Haladay, the president and chief executive officer of software maker Coaxis Inc., and Jeff Reaves, the president of Group Mackenzie, an engineering and architecture firm, bought the building at 1515 S.E. Water Ave., and their firms moved in in April.
Three years ago, when they were first shown the space by then-owners the Portland Development Commission, “it was a disaster,” Haladay says. “It was nasty, only the rats and the bats were in it. It was a building only an architect could love.”
Seven Group Mackenzie architects set to work renovating the building, now called RiverEast Center. The company’s 130 staff members are vacating their space near the Old Spaghetti Factory off Southwest Macadam Avenue (where rents are on the rise) for a showpiece of postindustrial chic.
Both Reaves and Haladay wanted an energy-efficient building, a concept as popular these days as it is vague. The Leadership in Energy and Environmental Design Green Building Rating System is the flavor of the decade with developers, but it’s much easier for a new building to attain the top rating, platinum, than for a renovated old warehouse to do so.
“What we did cost way beyond what we needed to accommodate our staff,” says Peter Alto, the Group Mackenzie senior associate who served as project manager.
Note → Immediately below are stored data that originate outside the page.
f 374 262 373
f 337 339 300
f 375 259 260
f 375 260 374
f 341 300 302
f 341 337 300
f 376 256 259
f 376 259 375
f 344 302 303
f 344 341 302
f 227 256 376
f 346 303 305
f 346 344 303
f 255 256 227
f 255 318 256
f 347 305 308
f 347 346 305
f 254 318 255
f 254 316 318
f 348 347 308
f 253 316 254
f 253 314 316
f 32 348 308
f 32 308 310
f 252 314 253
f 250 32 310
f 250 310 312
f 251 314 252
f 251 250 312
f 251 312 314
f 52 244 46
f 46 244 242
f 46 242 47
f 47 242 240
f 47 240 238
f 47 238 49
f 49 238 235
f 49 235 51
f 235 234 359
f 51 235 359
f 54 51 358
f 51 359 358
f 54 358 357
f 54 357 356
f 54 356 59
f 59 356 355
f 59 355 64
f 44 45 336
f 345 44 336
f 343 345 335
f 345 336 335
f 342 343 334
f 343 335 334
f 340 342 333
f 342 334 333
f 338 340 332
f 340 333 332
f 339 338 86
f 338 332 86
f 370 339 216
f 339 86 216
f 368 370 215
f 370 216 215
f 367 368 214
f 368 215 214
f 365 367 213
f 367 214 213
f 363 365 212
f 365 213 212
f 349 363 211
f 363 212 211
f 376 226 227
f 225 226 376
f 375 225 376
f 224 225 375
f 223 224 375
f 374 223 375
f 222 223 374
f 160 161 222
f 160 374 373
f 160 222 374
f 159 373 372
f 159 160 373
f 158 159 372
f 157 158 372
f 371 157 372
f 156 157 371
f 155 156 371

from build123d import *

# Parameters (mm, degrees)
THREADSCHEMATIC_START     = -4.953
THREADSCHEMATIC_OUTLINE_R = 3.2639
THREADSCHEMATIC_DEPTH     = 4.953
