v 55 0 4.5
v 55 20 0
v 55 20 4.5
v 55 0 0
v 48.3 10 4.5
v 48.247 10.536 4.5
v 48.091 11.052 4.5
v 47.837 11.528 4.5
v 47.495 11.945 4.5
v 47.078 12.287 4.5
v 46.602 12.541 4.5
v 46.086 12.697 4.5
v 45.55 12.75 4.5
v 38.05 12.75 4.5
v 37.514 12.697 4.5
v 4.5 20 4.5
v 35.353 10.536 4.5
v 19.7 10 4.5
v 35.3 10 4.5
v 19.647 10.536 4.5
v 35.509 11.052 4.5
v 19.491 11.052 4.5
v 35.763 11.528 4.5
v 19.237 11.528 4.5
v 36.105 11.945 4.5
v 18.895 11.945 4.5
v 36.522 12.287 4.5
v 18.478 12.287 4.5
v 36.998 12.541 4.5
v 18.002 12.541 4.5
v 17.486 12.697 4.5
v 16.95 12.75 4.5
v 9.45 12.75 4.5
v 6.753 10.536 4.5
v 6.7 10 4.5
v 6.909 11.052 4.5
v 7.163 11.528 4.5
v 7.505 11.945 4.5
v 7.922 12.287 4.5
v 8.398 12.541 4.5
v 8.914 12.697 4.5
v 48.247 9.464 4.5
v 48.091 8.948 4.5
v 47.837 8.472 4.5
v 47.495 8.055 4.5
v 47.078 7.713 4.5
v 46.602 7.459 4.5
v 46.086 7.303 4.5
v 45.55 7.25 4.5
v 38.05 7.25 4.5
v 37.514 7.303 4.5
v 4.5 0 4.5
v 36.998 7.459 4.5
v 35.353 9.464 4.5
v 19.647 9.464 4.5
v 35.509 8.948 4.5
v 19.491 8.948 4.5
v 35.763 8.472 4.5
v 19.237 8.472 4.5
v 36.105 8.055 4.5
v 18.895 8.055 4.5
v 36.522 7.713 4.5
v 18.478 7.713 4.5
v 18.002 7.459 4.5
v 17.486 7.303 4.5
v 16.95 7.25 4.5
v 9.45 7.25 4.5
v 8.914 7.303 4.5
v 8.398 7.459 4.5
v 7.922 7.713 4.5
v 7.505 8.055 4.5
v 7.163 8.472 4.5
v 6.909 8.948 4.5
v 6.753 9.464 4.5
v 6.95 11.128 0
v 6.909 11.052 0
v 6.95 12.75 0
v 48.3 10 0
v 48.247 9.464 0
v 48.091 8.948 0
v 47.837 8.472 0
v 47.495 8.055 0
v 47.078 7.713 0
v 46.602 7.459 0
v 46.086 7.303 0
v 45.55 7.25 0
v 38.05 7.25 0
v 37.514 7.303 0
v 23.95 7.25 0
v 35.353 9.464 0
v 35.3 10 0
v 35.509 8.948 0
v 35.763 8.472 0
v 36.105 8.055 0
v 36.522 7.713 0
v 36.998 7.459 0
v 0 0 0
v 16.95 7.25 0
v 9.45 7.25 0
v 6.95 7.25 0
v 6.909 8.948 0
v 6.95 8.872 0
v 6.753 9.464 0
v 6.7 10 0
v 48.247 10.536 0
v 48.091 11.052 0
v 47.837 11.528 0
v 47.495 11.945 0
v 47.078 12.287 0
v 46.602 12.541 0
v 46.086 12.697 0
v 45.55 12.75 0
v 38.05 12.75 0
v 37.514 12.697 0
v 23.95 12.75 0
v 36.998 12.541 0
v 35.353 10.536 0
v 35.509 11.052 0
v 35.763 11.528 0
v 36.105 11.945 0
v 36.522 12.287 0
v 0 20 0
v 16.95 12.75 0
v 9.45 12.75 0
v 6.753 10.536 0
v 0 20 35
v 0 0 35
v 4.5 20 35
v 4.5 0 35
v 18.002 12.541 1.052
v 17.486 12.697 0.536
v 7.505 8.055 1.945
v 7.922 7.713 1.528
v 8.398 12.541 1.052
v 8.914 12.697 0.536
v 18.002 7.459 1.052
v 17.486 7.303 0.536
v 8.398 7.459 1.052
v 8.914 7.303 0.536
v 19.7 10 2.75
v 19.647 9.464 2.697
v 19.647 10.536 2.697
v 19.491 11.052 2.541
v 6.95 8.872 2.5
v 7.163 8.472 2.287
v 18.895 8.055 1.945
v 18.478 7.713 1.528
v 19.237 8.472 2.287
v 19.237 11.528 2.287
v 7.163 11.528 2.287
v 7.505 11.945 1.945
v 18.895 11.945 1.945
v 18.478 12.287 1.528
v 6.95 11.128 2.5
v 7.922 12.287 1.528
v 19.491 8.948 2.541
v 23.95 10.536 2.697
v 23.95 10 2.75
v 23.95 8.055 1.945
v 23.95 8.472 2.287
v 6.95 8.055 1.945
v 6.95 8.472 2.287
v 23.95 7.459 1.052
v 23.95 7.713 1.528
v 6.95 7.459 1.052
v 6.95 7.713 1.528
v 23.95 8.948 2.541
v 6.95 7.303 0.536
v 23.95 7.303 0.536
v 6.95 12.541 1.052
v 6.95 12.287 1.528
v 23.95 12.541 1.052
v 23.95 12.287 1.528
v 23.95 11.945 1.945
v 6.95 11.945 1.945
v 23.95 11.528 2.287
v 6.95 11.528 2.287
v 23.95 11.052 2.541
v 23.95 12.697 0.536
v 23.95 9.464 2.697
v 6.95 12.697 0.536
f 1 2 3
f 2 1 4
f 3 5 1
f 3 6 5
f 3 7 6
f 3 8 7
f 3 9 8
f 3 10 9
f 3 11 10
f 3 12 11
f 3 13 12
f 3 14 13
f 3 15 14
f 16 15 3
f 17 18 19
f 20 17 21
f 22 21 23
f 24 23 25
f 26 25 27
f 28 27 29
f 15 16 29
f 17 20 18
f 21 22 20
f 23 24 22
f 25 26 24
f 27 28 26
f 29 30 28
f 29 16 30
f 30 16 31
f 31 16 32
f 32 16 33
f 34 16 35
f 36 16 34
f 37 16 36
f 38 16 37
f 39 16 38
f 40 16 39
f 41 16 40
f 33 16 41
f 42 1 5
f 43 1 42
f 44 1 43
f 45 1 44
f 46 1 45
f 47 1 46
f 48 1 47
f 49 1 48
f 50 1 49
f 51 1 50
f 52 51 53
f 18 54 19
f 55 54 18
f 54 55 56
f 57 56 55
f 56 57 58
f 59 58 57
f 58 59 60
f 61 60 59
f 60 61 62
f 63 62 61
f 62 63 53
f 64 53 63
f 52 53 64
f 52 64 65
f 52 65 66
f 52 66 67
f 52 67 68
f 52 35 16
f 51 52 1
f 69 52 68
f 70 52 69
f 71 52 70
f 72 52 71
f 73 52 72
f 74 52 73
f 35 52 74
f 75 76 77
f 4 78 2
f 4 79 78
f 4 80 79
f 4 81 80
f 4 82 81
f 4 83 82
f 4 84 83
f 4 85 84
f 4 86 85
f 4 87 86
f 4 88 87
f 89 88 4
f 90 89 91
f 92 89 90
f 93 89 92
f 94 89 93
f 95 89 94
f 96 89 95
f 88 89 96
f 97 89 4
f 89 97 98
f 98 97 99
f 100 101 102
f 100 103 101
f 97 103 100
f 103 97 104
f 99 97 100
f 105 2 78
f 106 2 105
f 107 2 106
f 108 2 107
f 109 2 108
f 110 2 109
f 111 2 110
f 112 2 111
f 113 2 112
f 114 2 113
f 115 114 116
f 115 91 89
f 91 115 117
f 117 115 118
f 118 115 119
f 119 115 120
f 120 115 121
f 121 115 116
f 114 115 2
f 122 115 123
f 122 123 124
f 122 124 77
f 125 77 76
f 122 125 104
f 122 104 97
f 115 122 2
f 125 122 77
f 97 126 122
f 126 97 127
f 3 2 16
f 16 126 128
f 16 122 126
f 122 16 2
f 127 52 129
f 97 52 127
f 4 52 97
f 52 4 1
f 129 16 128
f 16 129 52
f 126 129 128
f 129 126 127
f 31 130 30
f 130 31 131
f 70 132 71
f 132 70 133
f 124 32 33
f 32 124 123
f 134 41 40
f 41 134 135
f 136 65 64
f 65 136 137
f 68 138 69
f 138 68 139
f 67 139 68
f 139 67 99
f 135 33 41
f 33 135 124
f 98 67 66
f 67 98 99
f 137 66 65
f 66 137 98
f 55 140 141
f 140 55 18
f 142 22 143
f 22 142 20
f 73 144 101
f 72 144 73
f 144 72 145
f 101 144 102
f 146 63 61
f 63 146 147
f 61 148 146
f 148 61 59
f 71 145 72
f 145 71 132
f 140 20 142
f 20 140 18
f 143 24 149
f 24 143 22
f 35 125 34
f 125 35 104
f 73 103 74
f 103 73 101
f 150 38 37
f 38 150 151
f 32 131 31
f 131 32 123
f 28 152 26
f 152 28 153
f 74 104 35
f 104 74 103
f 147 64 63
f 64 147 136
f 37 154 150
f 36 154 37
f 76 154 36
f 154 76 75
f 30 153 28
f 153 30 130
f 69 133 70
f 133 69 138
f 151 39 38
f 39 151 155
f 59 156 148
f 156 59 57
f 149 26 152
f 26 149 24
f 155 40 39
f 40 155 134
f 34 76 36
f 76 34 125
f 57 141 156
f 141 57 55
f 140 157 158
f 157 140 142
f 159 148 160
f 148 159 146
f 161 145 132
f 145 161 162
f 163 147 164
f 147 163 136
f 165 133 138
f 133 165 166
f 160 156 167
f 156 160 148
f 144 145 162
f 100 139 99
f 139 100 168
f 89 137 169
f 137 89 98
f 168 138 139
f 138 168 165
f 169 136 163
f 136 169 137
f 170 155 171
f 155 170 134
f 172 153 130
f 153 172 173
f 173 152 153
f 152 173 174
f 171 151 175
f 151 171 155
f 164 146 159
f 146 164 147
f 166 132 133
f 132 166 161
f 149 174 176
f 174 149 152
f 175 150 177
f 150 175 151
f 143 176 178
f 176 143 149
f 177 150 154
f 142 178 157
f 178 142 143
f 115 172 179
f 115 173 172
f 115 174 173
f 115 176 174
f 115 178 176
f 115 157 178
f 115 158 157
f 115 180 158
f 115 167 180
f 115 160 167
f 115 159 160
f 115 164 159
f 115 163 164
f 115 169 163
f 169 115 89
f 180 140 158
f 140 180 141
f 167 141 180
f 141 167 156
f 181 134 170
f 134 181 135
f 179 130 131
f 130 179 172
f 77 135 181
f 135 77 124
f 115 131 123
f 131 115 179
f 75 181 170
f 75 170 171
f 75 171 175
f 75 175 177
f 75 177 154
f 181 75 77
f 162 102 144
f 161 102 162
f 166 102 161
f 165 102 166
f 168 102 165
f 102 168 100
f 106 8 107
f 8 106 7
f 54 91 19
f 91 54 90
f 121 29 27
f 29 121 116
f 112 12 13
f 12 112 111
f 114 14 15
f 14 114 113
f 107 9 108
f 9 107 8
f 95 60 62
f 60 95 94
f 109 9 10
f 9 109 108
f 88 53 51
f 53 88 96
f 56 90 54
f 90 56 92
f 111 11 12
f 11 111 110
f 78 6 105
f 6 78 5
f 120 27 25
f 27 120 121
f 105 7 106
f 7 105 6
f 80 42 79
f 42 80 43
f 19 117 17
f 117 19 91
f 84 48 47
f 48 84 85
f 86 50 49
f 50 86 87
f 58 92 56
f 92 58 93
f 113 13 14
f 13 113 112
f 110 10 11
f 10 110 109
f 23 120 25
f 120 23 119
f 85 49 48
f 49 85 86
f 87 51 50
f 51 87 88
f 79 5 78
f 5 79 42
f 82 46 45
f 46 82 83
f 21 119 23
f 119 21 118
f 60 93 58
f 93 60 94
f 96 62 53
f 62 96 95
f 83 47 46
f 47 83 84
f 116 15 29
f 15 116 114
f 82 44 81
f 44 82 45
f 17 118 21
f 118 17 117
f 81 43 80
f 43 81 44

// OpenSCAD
$fn = 32;

// ----------------------------------------------------------------------
// L-bracket: 55 x 20 x 35 mm
// ----------------------------------------------------------------------

// --- parameters (mm) ---
horiz_len = 55;           // horizontal leg, X
vert_len = 35;            // vertical leg, Z
profile_w = 20;           // bracket depth, Y
plate_t = 4.5;            // plate thickness
hole_d = 6.6;             // clearance for M6
slot_w = 5.5;             // euro screw slot width
slot_l = 13;              // euro screw slot length

module hole_z(px, py) {
  translate([px, py, -2.5]) cylinder(h = plate_t + 5, d = hole_d);
}
module hole_x(pz, py) {
  translate([-2.5, py, pz]) rotate([0, 90, 0]) cylinder(h = plate_t + 5, d = hole_d);
}
module euro_slot_z(px, py) {
  hull() {
    translate([px - (slot_l - slot_w) / 2, py, -2.5]) cylinder(h = plate_t + 5, d = slot_w);
    translate([px + (slot_l - slot_w) / 2, py, -2.5]) cylinder(h = plate_t + 5, d = slot_w);
  }
}
module euro_slot_x(pz, py) {
  translate([-2.5, 0, 0]) rotate([0, 90, 0]) hull() {
    translate([0, py, pz - (slot_l - slot_w) / 2]) cylinder(h = plate_t + 5, d = slot_w);
    translate([0, py, pz + (slot_l - slot_w) / 2]) cylinder(h = plate_t + 5, d = slot_w);
  }
}

difference() {
  union() {
    /* horizontal leg */
    cube([horiz_len, profile_w, plate_t]);
    /* vertical leg, overlapping the corner block */
    cube([plate_t, profile_w, vert_len]);
  }
  euro_slot_z(13.2, 10);
  euro_slot_x(13.2, 10);
  euro_slot_z(41.8, 10);
}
It would have been cheaper to tear down the building and build a new one. “But we’re on track to get a LEED Gold certification.”
They cut open the east side of the building where trains used to pull up and load C&H Sugar, Quaker Oats and Coca-Cola when the 1951 structure was the Holman Transfer Building. In the space they built a passively cooled lobby with a relief vent in the roof that can be opened up on hot days.
Inside Group Mackenzie’s large portion of the building you can see how they recycled the space.
“We reused over 75 percent of what was used here, and 100 percent of the structure,” architect Alison Hoagland says.
For instance, where windows were cut into the concrete, some of the slabs have been turned into public art (as part of the Regional Arts & Culture Council’s Percent for Art program) by local sculptor Linda Wysong.
On a recent morning she was painting the anti-grafitti coating on the monoliths while landscapers worked around her planting trees and burying brown irrigation lines.
Wysong cut circles in the slabs to expose more of the river pebbles in the concrete, holes that line up if you stand in the right place. “I want to give a sense of layers,” she says, “both the geological layers and the historical layers of the land use.”
“As you strip away the interior of the old offices you expose the columns and see what you have to work with,” Hoagland says. The building also was seismically upgraded with steel and concrete supports. Data raceways (long wire trays) run along the ceiling carrying dozens of blue data cables, a Pompidou touch that never goes out of fashion.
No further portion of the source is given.